PROVIDED MATERIAL: Begin
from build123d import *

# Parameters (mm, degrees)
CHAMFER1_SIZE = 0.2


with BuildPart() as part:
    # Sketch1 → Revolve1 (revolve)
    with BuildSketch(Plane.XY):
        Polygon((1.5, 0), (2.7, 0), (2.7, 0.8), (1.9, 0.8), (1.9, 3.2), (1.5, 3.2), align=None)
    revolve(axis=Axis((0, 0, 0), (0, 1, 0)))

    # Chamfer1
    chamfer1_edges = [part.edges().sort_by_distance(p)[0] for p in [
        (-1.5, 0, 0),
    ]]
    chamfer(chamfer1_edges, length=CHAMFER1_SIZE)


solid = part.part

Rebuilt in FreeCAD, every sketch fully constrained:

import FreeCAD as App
import Part
import Sketcher

V = App.Vector


def edges_at(feature, points):
    """Names of the edges that pass closest to the given points."""
    edges = feature.Shape.Edges
    near = lambda p: min(range(len(edges)), key=lambda i: edges[i].distToShape(Part.Vertex(*p))[0])
    return sorted({f"Edge{near(p) + 1}" for p in points})


def add_polygon(sketch, points):
    """Adds a closed chain of lines whose ends are joined by coincident constraints."""
    first, n = sketch.GeometryCount, len(points)
    for a, b in zip(points, points[1:] + points[:1]):
        sketch.addGeometry(Part.LineSegment(App.Vector(*a, 0), App.Vector(*b, 0)), False)
    for i in range(n):
        sketch.addConstraint(Sketcher.Constraint("Coincident", first + i, 2, first + (i + 1) % n, 1))

doc = App.newDocument("Part")
body = doc.addObject("PartDesign::Body", "Body")

# Sketch on XY plane
sketch1 = body.newObject("Sketcher::SketchObject", "Sketch")
sketch1.AttachmentSupport = (doc.getObject("XY_Plane"), [""])
sketch1.MapMode = "FlatFace"
add_polygon(sketch1, [(1.5, 0), (2.7, 0), (2.7, 0.8), (1.9, 0.8), (1.9, 3.2), (1.5, 3.2)])  # lines 0-5
sketch1.addConstraint([
    Sketcher.Constraint("Horizontal", 0),
    Sketcher.Constraint("Vertical", 1),
    Sketcher.Constraint("Horizontal", 2),
    Sketcher.Constraint("Vertical", 3),
    Sketcher.Constraint("Horizontal", 4),
    Sketcher.Constraint("Vertical", 5),
    Sketcher.Constraint("PointOnObject", 0, 2, -1),
    Sketcher.Constraint("Equal", 2, 1),
    Sketcher.Constraint("DistanceX", 0, 1, 0, 2, 1.2),
    Sketcher.Constraint("DistanceX", 2, 2, 2, 1, 0.8),
    Sketcher.Constraint("DistanceY", 3, 1, 3, 2, 2.4),
    Sketcher.Constraint("DistanceX", -1, 1, 0, 2, 2.7),
])
revolution = body.newObject("PartDesign::Revolution", "Revolution")
revolution.Profile = sketch1
revolution.ReferenceAxis = (sketch1, ["V_Axis"])
revolution.Angle = 360
doc.recompute()

chamfer = body.newObject("PartDesign::Chamfer", "Chamfer")
chamfer.Base = (revolution, edges_at(revolution, [(-1.5, 0, 0)]))
chamfer.Size = 0.2

doc.recompute()
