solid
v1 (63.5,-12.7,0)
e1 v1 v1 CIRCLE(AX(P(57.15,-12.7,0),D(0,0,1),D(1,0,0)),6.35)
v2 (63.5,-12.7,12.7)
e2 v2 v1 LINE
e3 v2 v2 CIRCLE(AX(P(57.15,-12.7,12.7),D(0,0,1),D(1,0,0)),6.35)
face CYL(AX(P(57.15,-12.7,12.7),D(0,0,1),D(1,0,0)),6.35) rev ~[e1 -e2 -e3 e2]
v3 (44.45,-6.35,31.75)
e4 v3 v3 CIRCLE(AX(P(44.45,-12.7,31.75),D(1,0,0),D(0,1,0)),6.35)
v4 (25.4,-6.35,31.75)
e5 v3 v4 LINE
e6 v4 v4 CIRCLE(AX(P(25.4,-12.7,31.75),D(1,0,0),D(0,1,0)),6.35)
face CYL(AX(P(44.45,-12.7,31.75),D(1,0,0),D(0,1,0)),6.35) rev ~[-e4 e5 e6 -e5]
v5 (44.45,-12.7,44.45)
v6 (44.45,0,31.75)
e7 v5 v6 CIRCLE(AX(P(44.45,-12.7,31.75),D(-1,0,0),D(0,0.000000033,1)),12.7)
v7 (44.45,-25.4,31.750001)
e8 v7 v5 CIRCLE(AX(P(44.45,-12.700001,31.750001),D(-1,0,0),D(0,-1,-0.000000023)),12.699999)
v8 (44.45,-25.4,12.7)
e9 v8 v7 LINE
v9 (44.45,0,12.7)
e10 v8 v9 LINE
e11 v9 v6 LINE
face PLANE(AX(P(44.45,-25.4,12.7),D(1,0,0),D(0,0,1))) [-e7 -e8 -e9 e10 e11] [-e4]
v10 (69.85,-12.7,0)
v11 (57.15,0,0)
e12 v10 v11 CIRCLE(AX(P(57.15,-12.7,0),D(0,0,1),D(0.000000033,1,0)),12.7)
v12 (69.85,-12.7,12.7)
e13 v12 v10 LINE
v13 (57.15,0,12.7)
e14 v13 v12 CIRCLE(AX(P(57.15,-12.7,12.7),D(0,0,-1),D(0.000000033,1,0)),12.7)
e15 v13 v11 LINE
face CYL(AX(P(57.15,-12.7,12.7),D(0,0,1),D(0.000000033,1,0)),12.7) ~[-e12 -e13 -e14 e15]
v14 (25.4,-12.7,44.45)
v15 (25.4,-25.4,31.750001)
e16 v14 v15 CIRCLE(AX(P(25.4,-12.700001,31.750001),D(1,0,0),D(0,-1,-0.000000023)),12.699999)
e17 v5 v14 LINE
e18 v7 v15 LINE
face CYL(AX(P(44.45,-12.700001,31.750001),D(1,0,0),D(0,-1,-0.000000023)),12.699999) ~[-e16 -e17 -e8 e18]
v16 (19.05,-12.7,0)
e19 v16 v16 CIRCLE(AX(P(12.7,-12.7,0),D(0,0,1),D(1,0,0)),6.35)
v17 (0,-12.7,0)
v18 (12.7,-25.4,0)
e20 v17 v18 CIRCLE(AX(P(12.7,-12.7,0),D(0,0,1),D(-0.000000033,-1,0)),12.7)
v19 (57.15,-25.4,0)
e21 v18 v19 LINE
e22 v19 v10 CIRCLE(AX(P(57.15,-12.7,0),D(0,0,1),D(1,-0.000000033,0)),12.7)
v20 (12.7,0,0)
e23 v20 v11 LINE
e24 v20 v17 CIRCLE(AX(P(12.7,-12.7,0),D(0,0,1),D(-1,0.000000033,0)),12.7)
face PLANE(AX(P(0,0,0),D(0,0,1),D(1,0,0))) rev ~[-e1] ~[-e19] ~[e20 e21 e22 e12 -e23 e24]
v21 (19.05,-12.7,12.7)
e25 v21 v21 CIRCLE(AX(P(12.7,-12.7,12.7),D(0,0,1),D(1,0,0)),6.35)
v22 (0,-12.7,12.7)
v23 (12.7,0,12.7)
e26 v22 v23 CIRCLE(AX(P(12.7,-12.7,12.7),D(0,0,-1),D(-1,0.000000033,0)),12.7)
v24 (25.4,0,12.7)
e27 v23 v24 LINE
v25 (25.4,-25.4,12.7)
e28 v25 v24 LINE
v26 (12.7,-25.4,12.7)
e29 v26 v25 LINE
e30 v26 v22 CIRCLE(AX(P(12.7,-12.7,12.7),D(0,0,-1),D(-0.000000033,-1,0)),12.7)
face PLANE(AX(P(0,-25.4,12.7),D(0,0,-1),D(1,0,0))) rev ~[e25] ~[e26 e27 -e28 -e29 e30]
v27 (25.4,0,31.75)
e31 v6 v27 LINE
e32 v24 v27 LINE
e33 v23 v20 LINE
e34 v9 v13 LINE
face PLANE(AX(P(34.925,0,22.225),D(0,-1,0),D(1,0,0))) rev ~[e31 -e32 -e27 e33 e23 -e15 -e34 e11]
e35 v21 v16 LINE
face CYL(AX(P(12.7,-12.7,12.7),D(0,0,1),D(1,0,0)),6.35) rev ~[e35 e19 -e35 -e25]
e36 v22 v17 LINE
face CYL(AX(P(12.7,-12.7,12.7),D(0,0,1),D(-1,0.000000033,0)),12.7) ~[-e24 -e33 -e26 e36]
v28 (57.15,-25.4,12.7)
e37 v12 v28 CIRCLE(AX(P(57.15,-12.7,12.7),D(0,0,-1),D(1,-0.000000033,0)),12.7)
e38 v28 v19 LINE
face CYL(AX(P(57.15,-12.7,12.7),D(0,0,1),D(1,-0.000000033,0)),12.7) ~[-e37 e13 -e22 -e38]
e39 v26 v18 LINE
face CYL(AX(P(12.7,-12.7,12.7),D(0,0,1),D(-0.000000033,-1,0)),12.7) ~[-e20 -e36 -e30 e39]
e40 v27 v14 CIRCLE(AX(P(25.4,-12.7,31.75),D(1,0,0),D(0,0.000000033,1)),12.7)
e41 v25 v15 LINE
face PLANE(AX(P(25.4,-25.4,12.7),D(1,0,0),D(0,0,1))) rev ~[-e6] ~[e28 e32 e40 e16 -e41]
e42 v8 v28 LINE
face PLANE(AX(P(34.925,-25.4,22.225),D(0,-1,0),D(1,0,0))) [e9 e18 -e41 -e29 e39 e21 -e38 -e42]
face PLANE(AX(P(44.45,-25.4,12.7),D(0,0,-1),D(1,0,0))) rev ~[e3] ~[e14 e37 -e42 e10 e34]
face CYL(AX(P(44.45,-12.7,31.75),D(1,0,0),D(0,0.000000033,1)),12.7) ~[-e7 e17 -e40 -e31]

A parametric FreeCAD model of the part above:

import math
import FreeCAD as App
import Part
import Sketcher

V = App.Vector
Q = App.Units.Quantity


def add_polygon(sketch, points):
    """Adds a closed chain of lines whose ends are joined by coincident constraints."""
    first, n = sketch.GeometryCount, len(points)
    for a, b in zip(points, points[1:] + points[:1]):
        sketch.addGeometry(Part.LineSegment(App.Vector(*a, 0), App.Vector(*b, 0)), False)
    for i in range(n):
        sketch.addConstraint(Sketcher.Constraint("Coincident", first + i, 2, first + (i + 1) % n, 1))

doc = App.newDocument("Part")
body = doc.addObject("PartDesign::Body", "Body")

# Sketch on XZ plane
sketch1 = doc.addObject("Sketcher::SketchObject", "Sketch")
body.addObject(sketch1)
sketch1.AttachmentSupport = (doc.XZ_Plane, [""])
sketch1.MapMode = "FlatFace"
add_polygon(sketch1, [(0, 44), (0, 0), (70, 0), (70, 44)])  # lines 0-3
sketch1.addConstraint([
    Sketcher.Constraint("Vertical", 0),
    Sketcher.Constraint("Horizontal", 1),
    Sketcher.Constraint("Vertical", 2),
    Sketcher.Constraint("Horizontal", 3),
    Sketcher.Constraint("Coincident", 0, 2, -1, 1),
    Sketcher.Constraint("DistanceX", 1, 1, 1, 2, Q("2.75 in")),
    Sketcher.Constraint("DistanceY", 0, 2, 0, 1, Q("1.75 in")),
])
pad1 = doc.addObject("PartDesign::Pad", "Pad")
body.addObject(pad1)
pad1.Profile = sketch1
pad1.Length = Q("1 in")

# Sketch on XZ plane
sketch2 = doc.addObject("Sketcher::SketchObject", "Sketch001")
body.addObject(sketch2)
sketch2.AttachmentSupport = (doc.XZ_Plane, [""])
sketch2.MapMode = "FlatFace"
sketch2.AttachmentOffset = App.Placement(V(0, 0, 1 * 25.4), App.Rotation())
add_polygon(sketch2, [(0, 44), (0, 13), (25, 13), (25, 44)])  # lines 0-3
add_polygon(sketch2, [(44, 44), (44, 13), (70, 13), (70, 44)])  # lines 4-7
sketch2.addConstraint([
    Sketcher.Constraint("Vertical", 0),
    Sketcher.Constraint("Horizontal", 1),
    Sketcher.Constraint("Vertical", 2),
    Sketcher.Constraint("Horizontal", 3),
    Sketcher.Constraint("Vertical", 4),
    Sketcher.Constraint("Horizontal", 5),
    Sketcher.Constraint("Vertical", 6),
    Sketcher.Constraint("Horizontal", 7),
    Sketcher.Constraint("PointOnObject", 0, 2, -2),
    Sketcher.Constraint("Horizontal", 1, 2, 4, 2),
    Sketcher.Constraint("Horizontal", 3, 2, 6, 2),
    Sketcher.Constraint("Equal", 3, 5),
    Sketcher.Constraint("DistanceX", 1, 1, 1, 2, Q("1 in")),
    Sketcher.Constraint("DistanceY", 0, 2, 0, 1, Q("1.25 in")),
    Sketcher.Constraint("DistanceY", -1, 1, 0, 2, Q("0.5 in")),
    Sketcher.Constraint("DistanceX", -1, 1, 4, 2, Q("1.75 in")),
])
pocket1 = doc.addObject("PartDesign::Pocket", "Pocket")
body.addObject(pocket1)
pocket1.Profile = sketch2
pocket1.Length = Q("1 in")

# Sketch on YZ plane
sketch3 = doc.addObject("Sketcher::SketchObject", "Sketch002")
body.addObject(sketch3)
sketch3.AttachmentSupport = (doc.YZ_Plane, [""])
sketch3.MapMode = "FlatFace"
sketch3.AttachmentOffset = App.Placement(V(0, 0, 1.75 * 25.4), App.Rotation())
sketch3.addGeometry([
    Part.ArcOfCircle(Part.Circle(V(-13, 32, 0), V(0, 0, 1), 13), math.radians(90), math.radians(180)),  # 0
    Part.LineSegment(V(-13, 44, 0), V(-25, 44, 0)),  # 1
    Part.LineSegment(V(-25, 44, 0), V(-25, 32, 0)),  # 2
    Part.ArcOfCircle(Part.Circle(V(-13, 32, 0), V(0, 0, 1), 13), math.radians(0), math.radians(90)),  # 3
    Part.LineSegment(V(0, 32, 0), V(0, 44, 0)),  # 4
PROVIDED MATERIAL: End
## EXERCISE GOAL
Look above for the line with "e30 v26 v22" and the line with "A parametric FreeCAD". Retype those two lines and every line between them exactly, adding nothing.

## YOUR RESPONSE
e30 v26 v22 CIRCLE(AX(P(12.7,-12.7,12.7),D(0,0,-1),D(-0.000000033,-1,0)),12.7)
face PLANE(AX(P(0,-25.4,12.7),D(0,0,-1),D(1,0,0))) rev ~[e25] ~[e26 e27 -e28 -e29 e30]
v27 (25.4,0,31.75)
e31 v6 v27 LINE
e32 v24 v27 LINE
e33 v23 v20 LINE
e34 v9 v13 LINE
face PLANE(AX(P(34.925,0,22.225),D(0,-1,0),D(1,0,0))) rev ~[e31 -e32 -e27 e33 e23 -e15 -e34 e11]
e35 v21 v16 LINE
face CYL(AX(P(12.7,-12.7,12.7),D(0,0,1),D(1,0,0)),6.35) rev ~[e35 e19 -e35 -e25]
e36 v22 v17 LINE
face CYL(AX(P(12.7,-12.7,12.7),D(0,0,1),D(-1,0.000000033,0)),12.7) ~[-e24 -e33 -e26 e36]
v28 (57.15,-25.4,12.7)
e37 v12 v28 CIRCLE(AX(P(57.15,-12.7,12.7),D(0,0,-1),D(1,-0.000000033,0)),12.7)
e38 v28 v19 LINE
face CYL(AX(P(57.15,-12.7,12.7),D(0,0,1),D(1,-0.000000033,0)),12.7) ~[-e37 e13 -e22 -e38]
e39 v26 v18 LINE
face CYL(AX(P(12.7,-12.7,12.7),D(0,0,1),D(-0.000000033,-1,0)),12.7) ~[-e20 -e36 -e30 e39]
e40 v27 v14 CIRCLE(AX(P(25.4,-12.7,31.75),D(1,0,0),D(0,0.000000033,1)),12.7)
e41 v25 v15 LINE
face PLANE(AX(P(25.4,-25.4,12.7),D(1,0,0),D(0,0,1))) rev ~[-e6] ~[e28 e32 e40 e16 -e41]
e42 v8 v28 LINE
face PLANE(AX(P(34.925,-25.4,22.225),D(0,-1,0),D(1,0,0))) [e9 e18 -e41 -e29 e39 e21 -e38 -e42]
face PLANE(AX(P(44.45,-25.4,12.7),D(0,0,-1),D(1,0,0))) rev ~[e3] ~[e14 e37 -e42 e10 e34]
face CYL(AX(P(44.45,-12.7,31.75),D(1,0,0),D(0,0.000000033,1)),12.7) ~[-e7 e17 -e40 -e31]

A parametric FreeCAD model of the part above:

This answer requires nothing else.